Il rapporto “L’era delle conseguenze” del Centro per gli studi strategici e internazionali di Washington spiega che il clima che cambia ucciderà la libertà. Il mondo sarà meno illuminato e tollerante; sullo sfondo c’è lo spettro della guerra atomica per il controllo delle risorse. Basta vedere quello che succede già oggi in Darfur, dove le violenze di massa sono dovute a uomini senza scrupolo che approfittano delle contese per la poca terra arata e per l’acqua. Se miglioreremo il clima avremo maggiori probabilità di estendere la libertà e di prevenire le cause profonde delle guerre.
Resistere al cambiamento climatico comporta una rivoluzione politica e culturale profonda: il rigetto di due tesi considerate fondamentali dal neoliberismo. La tesi per cui non c’è incompatibilità tra crescita economica e tutela dell’ambiente, perché il progresso tecnologico risolve ogni problema. E la tesi per cui senza crescita economica non c’è sviluppo sociale e civile. E’ in discussione il nostro modo di intendere il progresso: la realtà climatica è la miglior dimostrazione che il progresso umano non coincide con la creazione di ricchezza economica.

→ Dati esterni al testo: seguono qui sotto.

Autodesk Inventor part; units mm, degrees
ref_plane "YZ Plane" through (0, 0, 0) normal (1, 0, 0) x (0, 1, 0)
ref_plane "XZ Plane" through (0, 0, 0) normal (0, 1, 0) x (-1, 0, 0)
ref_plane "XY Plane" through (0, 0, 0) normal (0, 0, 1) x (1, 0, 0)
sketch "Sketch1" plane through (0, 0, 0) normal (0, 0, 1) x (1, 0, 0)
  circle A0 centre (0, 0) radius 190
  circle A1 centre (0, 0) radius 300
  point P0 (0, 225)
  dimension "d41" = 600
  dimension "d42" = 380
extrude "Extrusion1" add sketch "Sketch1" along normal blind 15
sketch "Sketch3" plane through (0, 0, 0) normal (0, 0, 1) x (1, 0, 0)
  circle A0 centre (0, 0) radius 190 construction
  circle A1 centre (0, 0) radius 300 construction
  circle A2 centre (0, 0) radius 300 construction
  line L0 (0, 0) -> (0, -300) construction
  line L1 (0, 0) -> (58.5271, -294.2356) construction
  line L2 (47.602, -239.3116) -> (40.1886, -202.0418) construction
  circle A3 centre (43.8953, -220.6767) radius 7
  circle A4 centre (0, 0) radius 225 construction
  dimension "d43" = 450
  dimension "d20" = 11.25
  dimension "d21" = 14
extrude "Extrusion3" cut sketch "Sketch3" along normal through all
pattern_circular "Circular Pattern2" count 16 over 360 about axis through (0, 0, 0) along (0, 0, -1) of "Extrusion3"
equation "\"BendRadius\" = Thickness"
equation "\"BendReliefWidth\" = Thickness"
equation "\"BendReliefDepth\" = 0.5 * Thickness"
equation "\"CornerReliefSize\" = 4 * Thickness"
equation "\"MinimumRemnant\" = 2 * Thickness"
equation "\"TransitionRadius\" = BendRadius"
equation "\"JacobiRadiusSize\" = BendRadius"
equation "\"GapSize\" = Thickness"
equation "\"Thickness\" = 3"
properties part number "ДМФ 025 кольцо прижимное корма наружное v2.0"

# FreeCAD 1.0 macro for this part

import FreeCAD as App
import Part
import Sketcher

doc = App.newDocument("Part")
body = doc.addObject("PartDesign::Body", "Body")

# Sketch on XY plane
sketch1 = doc.addObject("Sketcher::SketchObject", "Sketch")
body.addObject(sketch1)
sketch1.AttachmentSupport = (doc.XY_Plane, [""])
sketch1.MapMode = "FlatFace"
sketch1.addGeometry([
    Part.Circle(App.Vector(0, 0, 0), App.Vector(0, 0, 1), 300),
    Part.Circle(App.Vector(0, 0, 0), App.Vector(0, 0, 1), 190),
], False)
sketch1.addConstraint([
    Sketcher.Constraint("Coincident", 0, 3, -1, 1),
    Sketcher.Constraint("Coincident", 1, 3, -1, 1),
    Sketcher.Constraint("Diameter", 0, 600.0),
    Sketcher.Constraint("Diameter", 1, 380.0),
])
pad1 = doc.addObject("PartDesign::Pad", "Pad")
body.addObject(pad1)
pad1.Profile = sketch1
pad1.Length = 15

# Sketch on XY plane
sketch2 = doc.addObject("Sketcher::SketchObject", "Sketch001")
body.addObject(sketch2)
sketch2.AttachmentSupport = (doc.XY_Plane, [""])
sketch2.MapMode = "FlatFace"
sketch2.addGeometry(Part.Circle(App.Vector(44, -221, 0), App.Vector(0, 0, 1), 7), False)
sketch2.addConstraint([
    Sketcher.Constraint("Diameter", 0, 14.0),
    Sketcher.Constraint("DistanceX", -1, 1, 0, 3, 43.8953),
    Sketcher.Constraint("DistanceY", 0, 3, -1, 1, 220.6767),
])
pocket1 = doc.addObject("PartDesign::Pocket", "Pocket")
body.addObject(pocket1)
pocket1.Profile = sketch2
pocket1.Type = "ThroughAll"
pocket1.Reversed = True
doc.recompute()

polarpattern = doc.addObject("PartDesign::PolarPattern", "PolarPattern")
body.addObject(polarpattern)
polarpattern.Originals = [pocket1]
polarpattern.Axis = (doc.Z_Axis, [""])
polarpattern.Angle = 360
polarpattern.Occurrences = 16
body.Tip = polarpattern

doc.recompute()
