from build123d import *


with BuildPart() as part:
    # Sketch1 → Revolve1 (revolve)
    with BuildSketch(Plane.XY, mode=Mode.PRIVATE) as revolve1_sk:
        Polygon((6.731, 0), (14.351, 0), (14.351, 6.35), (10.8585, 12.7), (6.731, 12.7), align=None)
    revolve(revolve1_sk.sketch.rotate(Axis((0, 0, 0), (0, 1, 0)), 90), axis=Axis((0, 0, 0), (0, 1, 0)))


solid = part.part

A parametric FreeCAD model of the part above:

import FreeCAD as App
import Part
import Sketcher

V = App.Vector
Q = App.Units.Quantity


def add_polygon(sketch, points):
    """Adds a closed chain of lines whose ends are joined by coincident constraints."""
    first, n = sketch.GeometryCount, len(points)
    for a, b in zip(points, points[1:] + points[:1]):
        sketch.addGeometry(Part.LineSegment(App.Vector(*a, 0), App.Vector(*b, 0)), False)
    for i in range(n):
        sketch.addConstraint(Sketcher.Constraint("Coincident", first + i, 2, first + (i + 1) % n, 1))

doc = App.newDocument("Part")
params = doc.addObject("Spreadsheet::Sheet", "Params")
for row, (alias, value) in enumerate([
    ("sketch1_width", "0.3 in"),
    ("sketch1_height", "0.5 in"),
    ("sketch1_height2", "0.25 in"),
    ("revolution_angle", "360 deg"),
], start=1):
    params.set(f"A{row}", alias)
    params.set(f"B{row}", "=" + value)
    params.setAlias(f"B{row}", alias)

body = doc.addObject("PartDesign::Body", "Body")

# Sketch on XY plane
sketch1 = body.newObject("Sketcher::SketchObject", "Sketch")
sketch1.AttachmentSupport = (doc.getObject("XY_Plane"), [""])
sketch1.MapMode = "FlatFace"
add_polygon(sketch1, [(6.7, 0), (14.4, 0), (14.4, 6.3), (10.9, 12.7), (6.7, 12.7)])  # lines 0-4
sketch1.addConstraint([
    Sketcher.Constraint("Horizontal", 0),
    Sketcher.Constraint("Vertical", 1),
    Sketcher.Constraint("Horizontal", 3),
    Sketcher.Constraint("Vertical", 4),
    Sketcher.Constraint("PointOnObject", 0, 2, -1),
    Sketcher.Constraint("DistanceX", 0, 1, 0, 2, Q("0.3 in")),
    Sketcher.Constraint("DistanceY", 4, 2, 4, 1, Q("0.5 in")),
    Sketcher.Constraint("DistanceY", 1, 1, 1, 2, Q("0.25 in")),
    Sketcher.Constraint("DistanceX", 3, 2, 3, 1, Q("0.1625 in")),
    Sketcher.Constraint("DistanceX", -1, 1, 0, 2, Q("0.565 in")),
])
sketch1.setExpression("Constraints[10]", "Params.sketch1_width")
sketch1.setExpression("Constraints[11]", "Params.sketch1_height")
sketch1.setExpression("Constraints[12]", "Params.sketch1_height2")
revolution = body.newObject("PartDesign::Revolution", "Revolution")
revolution.Profile = sketch1
revolution.ReferenceAxis = (sketch1, ["V_Axis"])
revolution.setExpression("Angle", "Params.revolution_angle")

doc.recompute()
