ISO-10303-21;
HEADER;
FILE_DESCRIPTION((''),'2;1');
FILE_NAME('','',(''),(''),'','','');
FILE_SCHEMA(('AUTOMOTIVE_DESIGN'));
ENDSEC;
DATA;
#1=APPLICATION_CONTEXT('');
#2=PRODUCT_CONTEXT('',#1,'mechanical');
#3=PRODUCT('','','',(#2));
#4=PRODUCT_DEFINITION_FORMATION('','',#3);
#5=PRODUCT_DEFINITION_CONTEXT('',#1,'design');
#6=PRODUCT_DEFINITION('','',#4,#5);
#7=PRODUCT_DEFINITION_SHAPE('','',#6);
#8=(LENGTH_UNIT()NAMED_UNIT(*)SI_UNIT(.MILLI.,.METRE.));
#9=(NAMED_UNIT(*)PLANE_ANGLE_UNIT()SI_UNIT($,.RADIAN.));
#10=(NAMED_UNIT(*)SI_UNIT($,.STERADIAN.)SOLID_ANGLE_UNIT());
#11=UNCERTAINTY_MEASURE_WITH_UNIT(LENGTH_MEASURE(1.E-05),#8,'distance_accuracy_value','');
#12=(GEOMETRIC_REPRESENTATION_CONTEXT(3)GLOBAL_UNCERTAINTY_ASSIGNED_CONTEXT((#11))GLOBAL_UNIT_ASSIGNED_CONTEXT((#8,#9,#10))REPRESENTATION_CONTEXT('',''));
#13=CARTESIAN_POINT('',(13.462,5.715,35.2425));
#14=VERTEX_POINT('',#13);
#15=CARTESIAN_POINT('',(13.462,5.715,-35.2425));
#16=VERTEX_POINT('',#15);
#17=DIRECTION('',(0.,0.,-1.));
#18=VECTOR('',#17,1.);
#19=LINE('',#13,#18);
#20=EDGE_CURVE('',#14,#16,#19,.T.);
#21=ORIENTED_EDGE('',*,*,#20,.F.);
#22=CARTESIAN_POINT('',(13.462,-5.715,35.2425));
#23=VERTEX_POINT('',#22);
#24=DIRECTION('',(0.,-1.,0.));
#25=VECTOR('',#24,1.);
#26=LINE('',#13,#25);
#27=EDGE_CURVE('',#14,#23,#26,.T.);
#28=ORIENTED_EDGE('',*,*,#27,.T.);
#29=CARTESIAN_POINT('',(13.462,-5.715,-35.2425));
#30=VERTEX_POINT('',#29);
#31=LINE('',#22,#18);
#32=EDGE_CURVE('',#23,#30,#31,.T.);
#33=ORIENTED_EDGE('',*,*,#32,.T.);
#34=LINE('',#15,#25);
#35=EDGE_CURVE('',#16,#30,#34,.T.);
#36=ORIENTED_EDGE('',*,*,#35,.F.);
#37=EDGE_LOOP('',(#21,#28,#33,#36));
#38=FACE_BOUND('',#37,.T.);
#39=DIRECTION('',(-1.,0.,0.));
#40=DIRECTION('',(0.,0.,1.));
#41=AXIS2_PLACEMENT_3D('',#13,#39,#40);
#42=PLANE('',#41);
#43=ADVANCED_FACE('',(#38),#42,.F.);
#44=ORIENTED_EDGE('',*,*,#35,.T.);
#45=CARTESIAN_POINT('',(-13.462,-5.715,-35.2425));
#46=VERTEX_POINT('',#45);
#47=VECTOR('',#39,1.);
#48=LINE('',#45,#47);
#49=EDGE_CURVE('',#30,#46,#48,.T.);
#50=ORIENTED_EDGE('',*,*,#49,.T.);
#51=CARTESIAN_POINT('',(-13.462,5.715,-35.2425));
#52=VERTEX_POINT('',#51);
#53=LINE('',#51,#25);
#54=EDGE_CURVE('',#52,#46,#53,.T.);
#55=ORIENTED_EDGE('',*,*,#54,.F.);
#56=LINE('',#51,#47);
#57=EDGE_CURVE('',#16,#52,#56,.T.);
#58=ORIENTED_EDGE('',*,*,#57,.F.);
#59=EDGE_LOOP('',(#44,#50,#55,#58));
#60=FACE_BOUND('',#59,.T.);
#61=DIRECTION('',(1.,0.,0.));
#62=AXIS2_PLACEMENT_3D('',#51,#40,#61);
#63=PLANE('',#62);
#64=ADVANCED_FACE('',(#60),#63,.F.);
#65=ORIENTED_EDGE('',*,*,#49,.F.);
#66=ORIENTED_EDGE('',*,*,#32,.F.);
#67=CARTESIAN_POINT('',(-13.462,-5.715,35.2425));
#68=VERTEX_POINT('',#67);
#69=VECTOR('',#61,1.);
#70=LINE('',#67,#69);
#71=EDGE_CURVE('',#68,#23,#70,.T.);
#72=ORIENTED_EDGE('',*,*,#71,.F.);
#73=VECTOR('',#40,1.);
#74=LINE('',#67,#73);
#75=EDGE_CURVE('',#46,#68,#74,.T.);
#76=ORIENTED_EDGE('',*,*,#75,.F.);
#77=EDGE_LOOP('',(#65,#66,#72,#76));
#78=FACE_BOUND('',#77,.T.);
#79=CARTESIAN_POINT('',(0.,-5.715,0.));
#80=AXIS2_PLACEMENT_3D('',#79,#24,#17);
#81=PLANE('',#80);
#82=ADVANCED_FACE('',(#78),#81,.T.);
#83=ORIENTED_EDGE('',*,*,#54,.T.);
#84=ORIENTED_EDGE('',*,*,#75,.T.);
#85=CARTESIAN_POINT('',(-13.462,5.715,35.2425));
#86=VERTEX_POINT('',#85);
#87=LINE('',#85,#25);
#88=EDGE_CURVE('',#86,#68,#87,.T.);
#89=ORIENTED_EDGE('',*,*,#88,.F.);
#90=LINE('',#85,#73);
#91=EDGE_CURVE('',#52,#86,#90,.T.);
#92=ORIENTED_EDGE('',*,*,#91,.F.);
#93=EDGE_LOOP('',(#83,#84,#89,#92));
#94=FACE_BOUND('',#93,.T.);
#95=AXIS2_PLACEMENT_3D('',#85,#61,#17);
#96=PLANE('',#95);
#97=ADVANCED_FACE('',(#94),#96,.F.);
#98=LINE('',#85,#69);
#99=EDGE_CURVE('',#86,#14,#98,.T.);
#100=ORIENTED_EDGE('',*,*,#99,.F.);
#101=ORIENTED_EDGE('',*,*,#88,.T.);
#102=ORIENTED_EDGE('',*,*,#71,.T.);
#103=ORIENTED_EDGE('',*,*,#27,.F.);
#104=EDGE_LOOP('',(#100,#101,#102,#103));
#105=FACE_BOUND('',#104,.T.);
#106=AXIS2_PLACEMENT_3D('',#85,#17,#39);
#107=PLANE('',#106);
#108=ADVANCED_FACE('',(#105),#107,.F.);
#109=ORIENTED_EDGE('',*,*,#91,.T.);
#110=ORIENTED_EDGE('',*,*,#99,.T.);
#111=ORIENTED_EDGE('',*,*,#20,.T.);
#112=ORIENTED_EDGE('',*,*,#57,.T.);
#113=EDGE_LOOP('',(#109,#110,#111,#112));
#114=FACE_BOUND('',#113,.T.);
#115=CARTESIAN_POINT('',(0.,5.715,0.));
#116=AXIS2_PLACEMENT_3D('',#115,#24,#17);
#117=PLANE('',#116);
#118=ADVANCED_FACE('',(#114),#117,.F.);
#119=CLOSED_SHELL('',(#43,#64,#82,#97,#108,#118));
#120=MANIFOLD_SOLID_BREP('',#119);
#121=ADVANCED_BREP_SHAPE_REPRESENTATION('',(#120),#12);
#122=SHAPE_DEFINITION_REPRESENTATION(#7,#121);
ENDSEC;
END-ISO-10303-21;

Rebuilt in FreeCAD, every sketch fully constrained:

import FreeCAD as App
import Part
import Sketcher

V = App.Vector
Q = App.Units.Quantity


def add_polygon(sketch, points):
    """Adds a closed chain of lines whose ends are joined by coincident constraints."""
    first, n = sketch.GeometryCount, len(points)
    for a, b in zip(points, points[1:] + points[:1]):
        sketch.addGeometry(Part.LineSegment(App.Vector(*a, 0), App.Vector(*b, 0)), False)
    for i in range(n):
        sketch.addConstraint(Sketcher.Constraint("Coincident", first + i, 2, first + (i + 1) % n, 1))

doc = App.newDocument("Part")
body = doc.addObject("PartDesign::Body", "Body")

# Sketch on XZ plane
sketch1 = body.newObject("Sketcher::SketchObject", "Sketch")
sketch1.AttachmentSupport = (doc.getObject("XZ_Plane"), [""])
sketch1.MapMode = "FlatFace"
add_polygon(sketch1, [(-13, -35), (-13, 35), (13, 35), (13, -35)])  # lines 0-3
sketch1.addConstraint(Sketcher.Constraint("Vertical", 0))
sketch1.addConstraint(Sketcher.Constraint("Horizontal", 1))
sketch1.addConstraint(Sketcher.Constraint("Vertical", 2))
sketch1.addConstraint(Sketcher.Constraint("Horizontal", 3))
sketch1.addConstraint(Sketcher.Constraint("Symmetric", 0, 2, 2, 2, -1, 1))
sketch1.addConstraint(Sketcher.Constraint("DistanceX", 1, 1, 1, 2, Q("1.06 in")))
sketch1.addConstraint(Sketcher.Constraint("DistanceY", 0, 1, 0, 2, Q("2.775 in")))
pad1 = body.newObject("PartDesign::Pad", "Pad")
pad1.Profile = sketch1
pad1.Length = Q("0.45 in")
pad1.Midplane = True

doc.recompute()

C’è davvero da riflettere: per gli Enti locali –tanto si può fare anche localmente per abbattere le emissioni-, per i governi nazionali e per le istituzioni sovranazionali. E per la politica e i partiti. I laburisti australiani hanno vinto le elezioni mettendo al centro della campagna questo tema. Vuol dire che gli uomini sono sempre più disponibili a compiere oggi sacrifici necessari per preservare le condizioni del futuro dell’umanità, a essere solidali e responsabili verso i loro figli e nipoti. E che “la sfida contro il tempo” si può vincere ancora.